**Exercise goal**
Among the entries that follow, the required portion opens with the line containing "#140=LINE('',#118,#62);" and closes with the line containing "#184=ORIENTED_EDGE('',*,*,#183,.T.);". Give that portion again exactly, and nothing else.

Stored records:
┏━━
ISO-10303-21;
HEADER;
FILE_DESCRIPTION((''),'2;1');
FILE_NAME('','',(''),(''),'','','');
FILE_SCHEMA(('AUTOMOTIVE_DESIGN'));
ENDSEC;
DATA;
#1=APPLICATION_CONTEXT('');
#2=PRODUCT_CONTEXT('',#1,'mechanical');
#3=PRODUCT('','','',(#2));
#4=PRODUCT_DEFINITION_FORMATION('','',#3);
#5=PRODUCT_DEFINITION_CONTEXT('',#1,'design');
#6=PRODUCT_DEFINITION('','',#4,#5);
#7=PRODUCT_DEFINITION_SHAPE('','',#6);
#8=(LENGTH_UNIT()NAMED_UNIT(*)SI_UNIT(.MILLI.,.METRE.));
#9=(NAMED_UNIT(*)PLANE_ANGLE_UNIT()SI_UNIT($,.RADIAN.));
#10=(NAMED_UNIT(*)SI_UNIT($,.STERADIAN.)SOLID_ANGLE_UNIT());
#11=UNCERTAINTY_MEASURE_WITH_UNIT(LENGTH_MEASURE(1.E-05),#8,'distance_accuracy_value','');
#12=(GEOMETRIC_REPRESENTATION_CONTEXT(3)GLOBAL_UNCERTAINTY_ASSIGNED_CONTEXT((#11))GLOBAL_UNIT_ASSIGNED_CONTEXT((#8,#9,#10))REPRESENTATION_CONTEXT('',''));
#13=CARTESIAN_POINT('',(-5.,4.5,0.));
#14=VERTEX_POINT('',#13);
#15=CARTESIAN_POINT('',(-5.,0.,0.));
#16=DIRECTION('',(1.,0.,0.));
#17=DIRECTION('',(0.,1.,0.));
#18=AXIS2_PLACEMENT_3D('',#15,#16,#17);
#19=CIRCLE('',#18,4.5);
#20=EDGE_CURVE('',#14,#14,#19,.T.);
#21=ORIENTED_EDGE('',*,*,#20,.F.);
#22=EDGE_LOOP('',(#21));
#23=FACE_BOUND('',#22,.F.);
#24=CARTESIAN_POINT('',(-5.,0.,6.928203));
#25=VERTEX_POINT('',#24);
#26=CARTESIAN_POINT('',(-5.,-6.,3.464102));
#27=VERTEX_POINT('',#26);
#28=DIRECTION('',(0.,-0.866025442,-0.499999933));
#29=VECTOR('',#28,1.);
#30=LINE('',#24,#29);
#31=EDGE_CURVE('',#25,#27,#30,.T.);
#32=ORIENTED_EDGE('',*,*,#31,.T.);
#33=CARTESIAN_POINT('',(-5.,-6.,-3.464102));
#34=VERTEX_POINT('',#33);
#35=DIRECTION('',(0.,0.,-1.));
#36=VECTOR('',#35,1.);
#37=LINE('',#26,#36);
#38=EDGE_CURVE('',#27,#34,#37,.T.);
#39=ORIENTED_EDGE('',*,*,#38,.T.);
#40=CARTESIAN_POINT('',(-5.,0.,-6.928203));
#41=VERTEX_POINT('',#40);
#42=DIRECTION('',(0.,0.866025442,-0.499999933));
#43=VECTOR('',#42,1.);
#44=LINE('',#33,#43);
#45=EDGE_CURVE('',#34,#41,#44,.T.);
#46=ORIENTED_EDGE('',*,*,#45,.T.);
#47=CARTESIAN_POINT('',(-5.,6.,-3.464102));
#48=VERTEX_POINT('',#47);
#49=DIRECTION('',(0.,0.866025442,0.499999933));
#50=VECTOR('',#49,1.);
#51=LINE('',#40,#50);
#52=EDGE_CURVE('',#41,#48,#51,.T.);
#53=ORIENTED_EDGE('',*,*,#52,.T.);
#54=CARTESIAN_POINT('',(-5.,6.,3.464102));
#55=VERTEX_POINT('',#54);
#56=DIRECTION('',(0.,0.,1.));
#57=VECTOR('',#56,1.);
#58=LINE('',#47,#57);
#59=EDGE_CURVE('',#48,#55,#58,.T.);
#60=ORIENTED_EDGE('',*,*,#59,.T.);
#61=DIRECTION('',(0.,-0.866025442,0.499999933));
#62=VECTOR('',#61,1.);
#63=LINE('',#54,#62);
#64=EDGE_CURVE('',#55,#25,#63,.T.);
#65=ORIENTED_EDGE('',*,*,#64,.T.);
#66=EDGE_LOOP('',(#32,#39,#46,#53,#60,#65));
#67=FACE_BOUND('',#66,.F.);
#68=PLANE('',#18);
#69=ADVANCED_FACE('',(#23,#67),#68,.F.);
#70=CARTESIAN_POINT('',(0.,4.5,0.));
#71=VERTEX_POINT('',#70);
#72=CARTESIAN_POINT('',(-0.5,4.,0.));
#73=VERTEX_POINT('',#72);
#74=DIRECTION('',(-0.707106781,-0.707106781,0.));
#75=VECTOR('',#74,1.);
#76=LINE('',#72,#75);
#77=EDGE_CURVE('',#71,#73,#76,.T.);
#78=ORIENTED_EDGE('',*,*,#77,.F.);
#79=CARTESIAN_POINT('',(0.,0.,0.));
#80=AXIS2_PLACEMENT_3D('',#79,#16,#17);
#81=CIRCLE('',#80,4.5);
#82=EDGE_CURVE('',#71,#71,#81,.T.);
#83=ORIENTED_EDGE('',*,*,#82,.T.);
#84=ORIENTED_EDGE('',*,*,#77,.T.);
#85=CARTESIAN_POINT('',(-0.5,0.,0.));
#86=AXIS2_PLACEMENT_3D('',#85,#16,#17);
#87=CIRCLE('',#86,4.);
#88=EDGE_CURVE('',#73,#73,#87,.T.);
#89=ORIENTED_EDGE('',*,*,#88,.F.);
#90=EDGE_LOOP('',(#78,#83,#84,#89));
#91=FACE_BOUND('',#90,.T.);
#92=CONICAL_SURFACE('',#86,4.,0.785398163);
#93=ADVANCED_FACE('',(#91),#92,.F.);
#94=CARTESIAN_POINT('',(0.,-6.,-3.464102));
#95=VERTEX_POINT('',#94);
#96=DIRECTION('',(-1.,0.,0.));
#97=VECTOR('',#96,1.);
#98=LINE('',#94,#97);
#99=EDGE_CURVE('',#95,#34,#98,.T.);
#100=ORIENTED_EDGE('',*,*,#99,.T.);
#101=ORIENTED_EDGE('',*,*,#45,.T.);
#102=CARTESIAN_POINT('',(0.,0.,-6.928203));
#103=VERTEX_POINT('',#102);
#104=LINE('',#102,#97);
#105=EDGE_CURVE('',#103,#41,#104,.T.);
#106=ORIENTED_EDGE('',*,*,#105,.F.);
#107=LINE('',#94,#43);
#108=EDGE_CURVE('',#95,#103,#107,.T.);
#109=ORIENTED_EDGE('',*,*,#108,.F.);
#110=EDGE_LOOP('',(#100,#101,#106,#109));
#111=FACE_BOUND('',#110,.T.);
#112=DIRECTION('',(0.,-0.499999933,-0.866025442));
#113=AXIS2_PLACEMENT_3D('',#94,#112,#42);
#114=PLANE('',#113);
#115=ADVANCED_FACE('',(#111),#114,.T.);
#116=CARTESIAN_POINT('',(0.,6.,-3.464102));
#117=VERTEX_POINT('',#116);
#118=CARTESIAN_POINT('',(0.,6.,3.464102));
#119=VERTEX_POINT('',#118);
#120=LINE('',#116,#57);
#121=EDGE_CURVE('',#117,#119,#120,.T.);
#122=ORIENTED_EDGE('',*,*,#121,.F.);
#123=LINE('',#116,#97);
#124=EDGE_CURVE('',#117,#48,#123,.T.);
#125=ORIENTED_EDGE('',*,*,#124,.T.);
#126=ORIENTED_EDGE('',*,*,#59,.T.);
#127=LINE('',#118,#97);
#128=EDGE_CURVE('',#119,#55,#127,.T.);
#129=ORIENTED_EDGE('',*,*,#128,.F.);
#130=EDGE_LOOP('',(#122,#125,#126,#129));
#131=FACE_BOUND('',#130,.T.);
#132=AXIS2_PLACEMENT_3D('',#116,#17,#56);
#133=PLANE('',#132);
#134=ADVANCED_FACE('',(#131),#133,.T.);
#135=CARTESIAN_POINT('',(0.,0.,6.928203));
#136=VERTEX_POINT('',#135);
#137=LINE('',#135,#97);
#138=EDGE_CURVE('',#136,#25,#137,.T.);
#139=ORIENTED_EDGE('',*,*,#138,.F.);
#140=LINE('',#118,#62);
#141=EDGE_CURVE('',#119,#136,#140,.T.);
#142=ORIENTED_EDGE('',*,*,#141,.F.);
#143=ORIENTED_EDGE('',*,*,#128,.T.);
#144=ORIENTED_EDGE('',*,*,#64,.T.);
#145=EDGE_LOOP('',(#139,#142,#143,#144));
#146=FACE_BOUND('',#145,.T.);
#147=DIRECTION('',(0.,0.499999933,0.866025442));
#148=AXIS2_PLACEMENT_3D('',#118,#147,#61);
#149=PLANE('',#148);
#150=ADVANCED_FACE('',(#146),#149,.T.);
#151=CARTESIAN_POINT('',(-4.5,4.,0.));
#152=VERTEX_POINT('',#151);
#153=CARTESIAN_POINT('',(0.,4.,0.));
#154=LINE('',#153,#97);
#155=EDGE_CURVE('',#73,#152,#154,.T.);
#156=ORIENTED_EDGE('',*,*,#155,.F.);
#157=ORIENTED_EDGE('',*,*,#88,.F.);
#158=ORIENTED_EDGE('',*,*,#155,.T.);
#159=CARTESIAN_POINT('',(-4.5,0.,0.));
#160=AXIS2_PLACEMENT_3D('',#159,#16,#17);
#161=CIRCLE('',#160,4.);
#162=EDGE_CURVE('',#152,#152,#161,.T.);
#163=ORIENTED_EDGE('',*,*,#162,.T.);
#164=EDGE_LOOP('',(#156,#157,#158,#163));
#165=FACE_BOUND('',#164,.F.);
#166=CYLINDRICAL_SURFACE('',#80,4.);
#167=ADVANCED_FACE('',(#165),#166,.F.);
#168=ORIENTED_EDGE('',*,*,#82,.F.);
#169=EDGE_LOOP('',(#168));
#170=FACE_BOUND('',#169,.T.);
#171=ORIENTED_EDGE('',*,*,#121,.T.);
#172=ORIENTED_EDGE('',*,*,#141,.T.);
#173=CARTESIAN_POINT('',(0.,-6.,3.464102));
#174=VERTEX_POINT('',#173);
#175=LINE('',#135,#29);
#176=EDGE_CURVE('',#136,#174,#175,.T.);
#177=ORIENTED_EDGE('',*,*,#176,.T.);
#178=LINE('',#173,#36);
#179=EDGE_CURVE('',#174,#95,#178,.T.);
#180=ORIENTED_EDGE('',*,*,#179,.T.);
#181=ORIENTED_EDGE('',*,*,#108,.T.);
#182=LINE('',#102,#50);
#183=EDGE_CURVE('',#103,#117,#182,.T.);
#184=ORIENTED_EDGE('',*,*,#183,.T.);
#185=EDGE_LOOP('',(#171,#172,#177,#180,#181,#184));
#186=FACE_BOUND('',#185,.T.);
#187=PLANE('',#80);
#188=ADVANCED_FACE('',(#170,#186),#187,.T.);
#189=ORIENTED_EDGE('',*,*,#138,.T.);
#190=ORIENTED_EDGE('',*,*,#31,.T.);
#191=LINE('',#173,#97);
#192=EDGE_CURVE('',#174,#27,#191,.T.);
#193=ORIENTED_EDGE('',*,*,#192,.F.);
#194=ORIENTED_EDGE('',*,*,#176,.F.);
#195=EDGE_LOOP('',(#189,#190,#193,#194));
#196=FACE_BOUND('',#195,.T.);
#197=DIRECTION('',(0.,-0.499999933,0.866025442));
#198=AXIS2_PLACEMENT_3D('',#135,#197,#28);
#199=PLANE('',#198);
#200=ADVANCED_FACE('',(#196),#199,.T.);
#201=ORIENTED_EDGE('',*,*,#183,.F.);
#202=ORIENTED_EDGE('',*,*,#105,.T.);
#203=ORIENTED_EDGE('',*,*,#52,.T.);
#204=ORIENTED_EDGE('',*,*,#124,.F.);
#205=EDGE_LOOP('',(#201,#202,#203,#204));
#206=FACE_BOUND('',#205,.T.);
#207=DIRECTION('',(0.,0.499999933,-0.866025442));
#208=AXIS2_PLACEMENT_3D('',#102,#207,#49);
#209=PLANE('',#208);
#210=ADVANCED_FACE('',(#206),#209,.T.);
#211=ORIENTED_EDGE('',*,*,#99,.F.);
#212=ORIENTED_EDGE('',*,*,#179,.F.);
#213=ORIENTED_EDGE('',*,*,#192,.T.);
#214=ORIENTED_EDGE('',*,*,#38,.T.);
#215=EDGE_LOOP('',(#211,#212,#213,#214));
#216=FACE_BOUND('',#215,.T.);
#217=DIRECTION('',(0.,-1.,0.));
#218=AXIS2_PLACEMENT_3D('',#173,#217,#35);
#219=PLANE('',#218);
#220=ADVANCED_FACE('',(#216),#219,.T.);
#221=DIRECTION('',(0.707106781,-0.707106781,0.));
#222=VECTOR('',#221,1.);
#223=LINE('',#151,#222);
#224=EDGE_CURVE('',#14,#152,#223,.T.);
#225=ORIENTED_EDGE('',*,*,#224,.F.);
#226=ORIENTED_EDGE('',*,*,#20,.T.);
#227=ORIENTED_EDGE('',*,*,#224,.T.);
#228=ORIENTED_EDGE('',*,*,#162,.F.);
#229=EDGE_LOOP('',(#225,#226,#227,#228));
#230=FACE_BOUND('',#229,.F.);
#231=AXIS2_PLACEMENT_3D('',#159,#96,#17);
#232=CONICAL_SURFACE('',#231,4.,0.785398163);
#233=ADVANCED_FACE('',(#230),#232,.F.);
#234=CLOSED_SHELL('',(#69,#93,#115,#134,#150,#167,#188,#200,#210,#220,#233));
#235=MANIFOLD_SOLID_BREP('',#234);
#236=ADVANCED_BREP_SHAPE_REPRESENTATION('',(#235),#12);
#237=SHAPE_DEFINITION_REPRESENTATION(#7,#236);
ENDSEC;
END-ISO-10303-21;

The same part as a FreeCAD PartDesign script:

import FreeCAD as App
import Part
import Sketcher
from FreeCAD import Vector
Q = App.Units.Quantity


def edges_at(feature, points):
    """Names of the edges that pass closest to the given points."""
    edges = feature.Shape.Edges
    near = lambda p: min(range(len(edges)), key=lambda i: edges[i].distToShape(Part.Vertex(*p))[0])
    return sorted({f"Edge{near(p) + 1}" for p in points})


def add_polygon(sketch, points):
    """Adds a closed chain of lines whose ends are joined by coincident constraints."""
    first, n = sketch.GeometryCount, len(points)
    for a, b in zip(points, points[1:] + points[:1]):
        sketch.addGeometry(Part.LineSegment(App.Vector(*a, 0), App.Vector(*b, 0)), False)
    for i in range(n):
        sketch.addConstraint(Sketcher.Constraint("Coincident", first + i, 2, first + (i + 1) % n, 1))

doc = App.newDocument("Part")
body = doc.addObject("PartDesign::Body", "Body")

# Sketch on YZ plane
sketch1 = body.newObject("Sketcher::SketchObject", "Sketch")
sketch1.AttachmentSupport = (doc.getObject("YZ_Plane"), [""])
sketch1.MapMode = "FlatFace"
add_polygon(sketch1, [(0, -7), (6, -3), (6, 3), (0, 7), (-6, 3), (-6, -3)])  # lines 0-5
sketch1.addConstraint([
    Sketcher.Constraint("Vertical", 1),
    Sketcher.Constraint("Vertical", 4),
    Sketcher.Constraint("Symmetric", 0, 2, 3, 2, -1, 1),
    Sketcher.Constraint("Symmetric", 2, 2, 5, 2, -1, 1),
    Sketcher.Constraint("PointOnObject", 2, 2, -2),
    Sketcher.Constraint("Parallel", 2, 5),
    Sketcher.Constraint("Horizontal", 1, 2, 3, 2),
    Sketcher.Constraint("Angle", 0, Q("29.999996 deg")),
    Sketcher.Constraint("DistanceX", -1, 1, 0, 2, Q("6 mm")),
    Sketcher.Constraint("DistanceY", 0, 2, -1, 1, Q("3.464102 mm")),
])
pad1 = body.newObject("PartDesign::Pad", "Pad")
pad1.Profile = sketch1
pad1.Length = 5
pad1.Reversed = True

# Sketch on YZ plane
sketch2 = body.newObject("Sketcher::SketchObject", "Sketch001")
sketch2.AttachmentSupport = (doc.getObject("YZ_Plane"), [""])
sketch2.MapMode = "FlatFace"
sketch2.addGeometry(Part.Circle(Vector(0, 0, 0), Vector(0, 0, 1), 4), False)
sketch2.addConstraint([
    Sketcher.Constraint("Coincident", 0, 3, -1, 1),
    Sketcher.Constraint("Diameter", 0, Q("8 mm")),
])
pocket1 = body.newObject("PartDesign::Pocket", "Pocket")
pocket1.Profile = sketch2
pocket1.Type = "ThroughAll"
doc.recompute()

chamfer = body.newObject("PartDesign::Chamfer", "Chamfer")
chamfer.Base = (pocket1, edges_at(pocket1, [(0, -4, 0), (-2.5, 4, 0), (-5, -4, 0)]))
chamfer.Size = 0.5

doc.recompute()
┗━━
┏━━
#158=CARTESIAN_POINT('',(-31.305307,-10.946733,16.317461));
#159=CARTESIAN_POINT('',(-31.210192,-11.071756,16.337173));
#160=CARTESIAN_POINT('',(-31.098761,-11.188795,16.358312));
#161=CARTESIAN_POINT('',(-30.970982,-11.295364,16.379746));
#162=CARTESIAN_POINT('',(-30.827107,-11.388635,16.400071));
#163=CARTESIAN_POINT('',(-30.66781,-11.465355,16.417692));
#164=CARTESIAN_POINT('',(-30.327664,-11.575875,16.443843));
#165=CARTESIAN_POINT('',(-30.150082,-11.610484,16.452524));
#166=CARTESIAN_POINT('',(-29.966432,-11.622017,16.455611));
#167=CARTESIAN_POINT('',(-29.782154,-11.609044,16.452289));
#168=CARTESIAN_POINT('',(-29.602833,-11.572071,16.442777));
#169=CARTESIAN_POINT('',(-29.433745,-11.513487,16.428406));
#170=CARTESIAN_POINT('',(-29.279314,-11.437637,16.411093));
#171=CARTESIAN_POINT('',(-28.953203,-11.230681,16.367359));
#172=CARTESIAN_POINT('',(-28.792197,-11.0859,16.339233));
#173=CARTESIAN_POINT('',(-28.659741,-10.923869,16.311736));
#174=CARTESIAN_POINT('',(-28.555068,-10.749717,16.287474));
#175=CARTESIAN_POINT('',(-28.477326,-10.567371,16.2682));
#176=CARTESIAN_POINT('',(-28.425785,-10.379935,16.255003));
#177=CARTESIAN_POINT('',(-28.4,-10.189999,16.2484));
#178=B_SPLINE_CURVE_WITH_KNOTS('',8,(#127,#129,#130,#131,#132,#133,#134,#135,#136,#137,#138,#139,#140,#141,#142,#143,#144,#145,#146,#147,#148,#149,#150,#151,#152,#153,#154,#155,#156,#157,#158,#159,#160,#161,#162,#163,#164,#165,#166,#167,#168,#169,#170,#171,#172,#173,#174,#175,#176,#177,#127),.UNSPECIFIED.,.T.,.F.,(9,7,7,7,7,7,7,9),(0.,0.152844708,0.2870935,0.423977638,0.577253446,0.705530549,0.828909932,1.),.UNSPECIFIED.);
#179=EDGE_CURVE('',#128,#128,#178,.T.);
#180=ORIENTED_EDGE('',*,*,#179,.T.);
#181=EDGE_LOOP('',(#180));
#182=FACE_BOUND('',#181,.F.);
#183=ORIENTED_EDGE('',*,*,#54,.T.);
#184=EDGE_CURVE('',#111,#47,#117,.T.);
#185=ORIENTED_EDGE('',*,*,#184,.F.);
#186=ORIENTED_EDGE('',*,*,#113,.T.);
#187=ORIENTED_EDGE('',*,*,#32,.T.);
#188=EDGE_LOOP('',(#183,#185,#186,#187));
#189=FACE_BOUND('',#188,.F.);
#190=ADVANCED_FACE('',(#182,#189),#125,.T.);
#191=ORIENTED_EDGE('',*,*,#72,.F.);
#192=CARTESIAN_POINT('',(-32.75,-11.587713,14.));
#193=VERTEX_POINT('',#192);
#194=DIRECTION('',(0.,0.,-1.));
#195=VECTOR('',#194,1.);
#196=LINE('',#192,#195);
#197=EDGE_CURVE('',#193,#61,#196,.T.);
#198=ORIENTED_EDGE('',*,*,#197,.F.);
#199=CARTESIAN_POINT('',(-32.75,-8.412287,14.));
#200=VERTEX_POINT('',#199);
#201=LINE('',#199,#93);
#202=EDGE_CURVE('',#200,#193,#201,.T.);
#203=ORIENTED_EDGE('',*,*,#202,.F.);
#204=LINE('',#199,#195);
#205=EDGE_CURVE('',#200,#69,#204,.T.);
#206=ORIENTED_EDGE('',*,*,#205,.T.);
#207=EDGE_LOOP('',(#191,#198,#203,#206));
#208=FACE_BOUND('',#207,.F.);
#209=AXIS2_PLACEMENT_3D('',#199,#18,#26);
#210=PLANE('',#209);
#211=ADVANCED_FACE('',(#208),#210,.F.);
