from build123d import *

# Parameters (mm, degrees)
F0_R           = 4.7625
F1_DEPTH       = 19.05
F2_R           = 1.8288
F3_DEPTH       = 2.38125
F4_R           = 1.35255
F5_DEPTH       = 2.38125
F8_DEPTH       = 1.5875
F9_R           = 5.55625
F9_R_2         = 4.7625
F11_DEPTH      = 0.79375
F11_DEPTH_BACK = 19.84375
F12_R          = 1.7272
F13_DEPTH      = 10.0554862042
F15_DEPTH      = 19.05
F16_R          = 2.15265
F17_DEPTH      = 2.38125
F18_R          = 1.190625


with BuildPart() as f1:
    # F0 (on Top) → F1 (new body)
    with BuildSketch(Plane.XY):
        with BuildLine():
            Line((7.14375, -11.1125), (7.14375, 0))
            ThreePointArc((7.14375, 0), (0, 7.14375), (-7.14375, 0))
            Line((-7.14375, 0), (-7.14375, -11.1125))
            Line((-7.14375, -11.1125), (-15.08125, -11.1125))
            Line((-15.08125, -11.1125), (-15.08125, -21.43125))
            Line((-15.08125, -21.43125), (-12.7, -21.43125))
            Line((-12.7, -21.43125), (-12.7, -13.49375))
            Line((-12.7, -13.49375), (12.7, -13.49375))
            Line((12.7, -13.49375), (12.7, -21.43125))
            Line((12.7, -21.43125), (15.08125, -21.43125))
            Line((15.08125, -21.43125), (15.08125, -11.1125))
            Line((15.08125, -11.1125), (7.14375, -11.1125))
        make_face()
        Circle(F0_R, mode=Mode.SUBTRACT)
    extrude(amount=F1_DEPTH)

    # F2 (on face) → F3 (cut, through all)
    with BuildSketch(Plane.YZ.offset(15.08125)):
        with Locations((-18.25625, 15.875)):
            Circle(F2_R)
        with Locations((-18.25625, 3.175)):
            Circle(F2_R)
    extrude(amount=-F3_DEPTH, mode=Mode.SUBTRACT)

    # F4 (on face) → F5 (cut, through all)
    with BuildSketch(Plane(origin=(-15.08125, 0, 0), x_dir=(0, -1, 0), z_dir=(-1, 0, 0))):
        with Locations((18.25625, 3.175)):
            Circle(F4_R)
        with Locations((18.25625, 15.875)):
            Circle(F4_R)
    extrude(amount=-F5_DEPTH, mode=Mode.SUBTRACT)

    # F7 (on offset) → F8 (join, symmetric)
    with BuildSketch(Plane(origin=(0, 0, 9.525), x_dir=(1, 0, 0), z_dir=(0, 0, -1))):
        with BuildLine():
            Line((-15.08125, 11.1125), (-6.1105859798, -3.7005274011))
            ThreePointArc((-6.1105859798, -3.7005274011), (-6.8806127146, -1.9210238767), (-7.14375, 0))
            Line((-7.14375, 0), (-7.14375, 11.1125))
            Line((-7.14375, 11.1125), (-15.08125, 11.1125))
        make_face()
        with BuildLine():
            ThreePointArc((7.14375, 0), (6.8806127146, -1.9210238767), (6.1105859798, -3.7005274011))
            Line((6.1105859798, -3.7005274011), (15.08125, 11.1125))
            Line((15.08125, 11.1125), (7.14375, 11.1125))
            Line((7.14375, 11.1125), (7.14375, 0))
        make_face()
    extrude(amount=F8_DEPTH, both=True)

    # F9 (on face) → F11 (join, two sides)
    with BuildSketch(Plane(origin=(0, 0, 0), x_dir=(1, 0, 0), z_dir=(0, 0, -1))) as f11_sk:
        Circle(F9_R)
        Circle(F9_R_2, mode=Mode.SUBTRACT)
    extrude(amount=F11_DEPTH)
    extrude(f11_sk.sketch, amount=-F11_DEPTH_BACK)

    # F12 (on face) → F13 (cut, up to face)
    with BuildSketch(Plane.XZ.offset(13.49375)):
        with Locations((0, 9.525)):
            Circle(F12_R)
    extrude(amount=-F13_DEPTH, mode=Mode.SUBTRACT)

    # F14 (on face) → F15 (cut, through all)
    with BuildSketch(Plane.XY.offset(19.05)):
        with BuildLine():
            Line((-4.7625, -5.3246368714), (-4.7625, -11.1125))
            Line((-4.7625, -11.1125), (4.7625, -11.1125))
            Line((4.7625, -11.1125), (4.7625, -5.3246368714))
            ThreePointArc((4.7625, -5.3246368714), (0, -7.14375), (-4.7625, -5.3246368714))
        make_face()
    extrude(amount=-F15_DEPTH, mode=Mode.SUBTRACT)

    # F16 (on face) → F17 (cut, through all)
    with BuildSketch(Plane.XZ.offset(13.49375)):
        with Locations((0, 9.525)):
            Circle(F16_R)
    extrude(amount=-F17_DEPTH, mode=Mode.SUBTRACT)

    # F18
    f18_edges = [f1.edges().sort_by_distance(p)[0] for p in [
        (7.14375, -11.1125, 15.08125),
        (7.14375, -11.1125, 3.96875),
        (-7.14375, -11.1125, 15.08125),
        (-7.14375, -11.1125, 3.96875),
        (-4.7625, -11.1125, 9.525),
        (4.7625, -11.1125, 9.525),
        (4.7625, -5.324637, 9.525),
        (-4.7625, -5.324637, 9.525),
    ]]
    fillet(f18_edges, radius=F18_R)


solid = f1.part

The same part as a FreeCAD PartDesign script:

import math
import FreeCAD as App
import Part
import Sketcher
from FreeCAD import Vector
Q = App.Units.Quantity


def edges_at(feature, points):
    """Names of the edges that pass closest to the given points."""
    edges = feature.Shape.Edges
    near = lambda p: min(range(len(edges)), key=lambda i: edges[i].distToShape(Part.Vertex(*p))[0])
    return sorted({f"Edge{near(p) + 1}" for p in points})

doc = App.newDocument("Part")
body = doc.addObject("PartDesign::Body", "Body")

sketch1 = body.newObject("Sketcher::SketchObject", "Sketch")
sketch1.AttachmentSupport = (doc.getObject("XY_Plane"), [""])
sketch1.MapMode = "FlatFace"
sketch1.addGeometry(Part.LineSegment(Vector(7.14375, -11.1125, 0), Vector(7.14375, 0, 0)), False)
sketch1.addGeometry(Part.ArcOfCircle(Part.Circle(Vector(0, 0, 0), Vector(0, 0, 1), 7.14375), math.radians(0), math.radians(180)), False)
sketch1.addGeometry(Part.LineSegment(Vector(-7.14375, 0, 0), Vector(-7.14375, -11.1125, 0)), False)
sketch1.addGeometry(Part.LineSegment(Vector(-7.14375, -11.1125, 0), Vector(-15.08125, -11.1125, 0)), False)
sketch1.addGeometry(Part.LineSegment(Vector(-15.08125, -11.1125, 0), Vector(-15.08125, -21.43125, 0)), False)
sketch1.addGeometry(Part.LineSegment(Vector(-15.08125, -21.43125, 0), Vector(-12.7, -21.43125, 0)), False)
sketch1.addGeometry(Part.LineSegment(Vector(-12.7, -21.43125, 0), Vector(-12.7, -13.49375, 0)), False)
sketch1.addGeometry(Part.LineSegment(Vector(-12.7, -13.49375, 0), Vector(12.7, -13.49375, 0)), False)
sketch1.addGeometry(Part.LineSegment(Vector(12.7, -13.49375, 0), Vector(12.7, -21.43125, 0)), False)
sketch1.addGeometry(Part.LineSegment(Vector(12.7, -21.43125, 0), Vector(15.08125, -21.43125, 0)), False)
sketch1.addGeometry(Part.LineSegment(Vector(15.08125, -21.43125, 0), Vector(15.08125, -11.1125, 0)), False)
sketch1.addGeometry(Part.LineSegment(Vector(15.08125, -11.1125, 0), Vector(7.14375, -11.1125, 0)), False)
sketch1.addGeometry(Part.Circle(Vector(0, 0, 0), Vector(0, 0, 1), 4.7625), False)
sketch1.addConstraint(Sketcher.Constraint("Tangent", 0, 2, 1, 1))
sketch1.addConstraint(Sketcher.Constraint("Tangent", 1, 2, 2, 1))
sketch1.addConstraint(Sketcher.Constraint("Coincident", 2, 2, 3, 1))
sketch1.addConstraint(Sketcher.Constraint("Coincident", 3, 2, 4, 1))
┗━━
**Solved exercise**
#140=LINE('',#118,#62);
#141=EDGE_CURVE('',#119,#136,#140,.T.);
#142=ORIENTED_EDGE('',*,*,#141,.F.);
#143=ORIENTED_EDGE('',*,*,#128,.T.);
#144=ORIENTED_EDGE('',*,*,#64,.T.);
#145=EDGE_LOOP('',(#139,#142,#143,#144));
#146=FACE_BOUND('',#145,.T.);
#147=DIRECTION('',(0.,0.499999933,0.866025442));
#148=AXIS2_PLACEMENT_3D('',#118,#147,#61);
#149=PLANE('',#148);
#150=ADVANCED_FACE('',(#146),#149,.T.);
#151=CARTESIAN_POINT('',(-4.5,4.,0.));
#152=VERTEX_POINT('',#151);
#153=CARTESIAN_POINT('',(0.,4.,0.));
#154=LINE('',#153,#97);
#155=EDGE_CURVE('',#73,#152,#154,.T.);
#156=ORIENTED_EDGE('',*,*,#155,.F.);
#157=ORIENTED_EDGE('',*,*,#88,.F.);
#158=ORIENTED_EDGE('',*,*,#155,.T.);
#159=CARTESIAN_POINT('',(-4.5,0.,0.));
#160=AXIS2_PLACEMENT_3D('',#159,#16,#17);
#161=CIRCLE('',#160,4.);
#162=EDGE_CURVE('',#152,#152,#161,.T.);
#163=ORIENTED_EDGE('',*,*,#162,.T.);
#164=EDGE_LOOP('',(#156,#157,#158,#163));
#165=FACE_BOUND('',#164,.F.);
#166=CYLINDRICAL_SURFACE('',#80,4.);
#167=ADVANCED_FACE('',(#165),#166,.F.);
#168=ORIENTED_EDGE('',*,*,#82,.F.);
#169=EDGE_LOOP('',(#168));
#170=FACE_BOUND('',#169,.T.);
#171=ORIENTED_EDGE('',*,*,#121,.T.);
#172=ORIENTED_EDGE('',*,*,#141,.T.);
#173=CARTESIAN_POINT('',(0.,-6.,3.464102));
#174=VERTEX_POINT('',#173);
#175=LINE('',#135,#29);
#176=EDGE_CURVE('',#136,#174,#175,.T.);
#177=ORIENTED_EDGE('',*,*,#176,.T.);
#178=LINE('',#173,#36);
#179=EDGE_CURVE('',#174,#95,#178,.T.);
#180=ORIENTED_EDGE('',*,*,#179,.T.);
#181=ORIENTED_EDGE('',*,*,#108,.T.);
#182=LINE('',#102,#50);
#183=EDGE_CURVE('',#103,#117,#182,.T.);
#184=ORIENTED_EDGE('',*,*,#183,.T.);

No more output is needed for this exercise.